Quantum complexity of minimum cut

The minimum cut problem in an undirected and weighted graph $G$ is to find the minimum total weight of a set of edges whose removal disconnects $G$. We completely characterize the quantum query and time complexity of the minimum cut problem in the adjacency matrix model. If $G$ has $n$ vertices and edge weights at least $1$ and at most $\tau$, we give a quantum algorithm to solve the minimum cut problem using $\tilde O(n^{{3/2}\sqrt{\tau})$} queries and time.
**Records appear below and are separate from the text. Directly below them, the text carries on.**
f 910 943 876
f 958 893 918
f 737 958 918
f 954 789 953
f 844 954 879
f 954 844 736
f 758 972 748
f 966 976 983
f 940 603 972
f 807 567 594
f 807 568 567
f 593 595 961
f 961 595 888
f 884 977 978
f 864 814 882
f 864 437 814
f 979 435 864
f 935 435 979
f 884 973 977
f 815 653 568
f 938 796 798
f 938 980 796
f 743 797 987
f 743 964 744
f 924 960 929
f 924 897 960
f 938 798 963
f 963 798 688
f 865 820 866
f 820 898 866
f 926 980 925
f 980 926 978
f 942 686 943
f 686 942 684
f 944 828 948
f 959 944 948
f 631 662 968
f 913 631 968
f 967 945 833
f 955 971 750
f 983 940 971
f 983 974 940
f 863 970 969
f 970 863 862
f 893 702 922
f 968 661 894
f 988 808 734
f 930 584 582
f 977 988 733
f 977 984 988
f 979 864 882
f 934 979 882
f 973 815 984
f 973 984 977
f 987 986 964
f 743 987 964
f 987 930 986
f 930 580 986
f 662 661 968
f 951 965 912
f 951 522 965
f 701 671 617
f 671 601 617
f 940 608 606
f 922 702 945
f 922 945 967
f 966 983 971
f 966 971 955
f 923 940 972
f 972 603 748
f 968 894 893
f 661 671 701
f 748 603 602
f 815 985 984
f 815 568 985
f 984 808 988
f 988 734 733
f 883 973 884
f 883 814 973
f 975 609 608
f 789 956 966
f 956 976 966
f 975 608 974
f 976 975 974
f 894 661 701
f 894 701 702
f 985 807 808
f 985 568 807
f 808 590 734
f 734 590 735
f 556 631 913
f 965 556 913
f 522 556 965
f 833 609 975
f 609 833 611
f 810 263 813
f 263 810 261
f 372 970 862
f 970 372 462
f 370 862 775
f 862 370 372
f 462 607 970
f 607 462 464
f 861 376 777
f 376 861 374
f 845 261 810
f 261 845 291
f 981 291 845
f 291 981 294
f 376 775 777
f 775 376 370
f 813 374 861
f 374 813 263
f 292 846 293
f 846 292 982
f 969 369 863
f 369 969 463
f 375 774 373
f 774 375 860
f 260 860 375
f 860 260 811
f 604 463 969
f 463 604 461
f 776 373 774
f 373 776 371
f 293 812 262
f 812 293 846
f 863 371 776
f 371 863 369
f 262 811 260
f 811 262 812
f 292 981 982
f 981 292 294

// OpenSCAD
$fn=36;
Moreover, for every integer $1 \le \tau \le n$ we give an example of a graph $G$ with edge weights $1$ and $\tau$ such that solving the minimum cut problem on $G$ requires $\Omega(n^{{3/2}\sqrt{\tau})$} many queries to the adjacency matrix of $G$. These results contrast with the classical randomized case where $\Omega(n^2)$ queries to the adjacency matrix are needed in the worst case even to decide if an unweighted graph is connected or not. In the adjacency array model, when $G$ has $m$ edges the classical randomized complexity of the minimum cut problem is $\tilde \Theta(m)$. We show that the quantum query and time complexity are $\tilde O(\sqrt{mn\tau})$ and $\tilde O(\sqrt{mn\tau} + n^{3/2})$, respectively, where again the edge weights are between $1$ and $\tau$. For dense graphs we give lower bounds on the quantum query complexity of $\Omega(n^{3/2})$ for $\tau > 1$ and $\Omega(\tau n)$ for any $1 \leq \tau \leq n$. Our query algorithm uses a quantum algorithm for graph sparsification by Apers and de Wolf (FOCS 2020) and results on the structure of near-minimum cuts by Kawarabayashi and Thorup (STOC 2015) and Rubinstein, Schramm and Weinberg (ITCS 2018). Our time efficient implementation builds on Karger's tree packing technique (STOC 1996).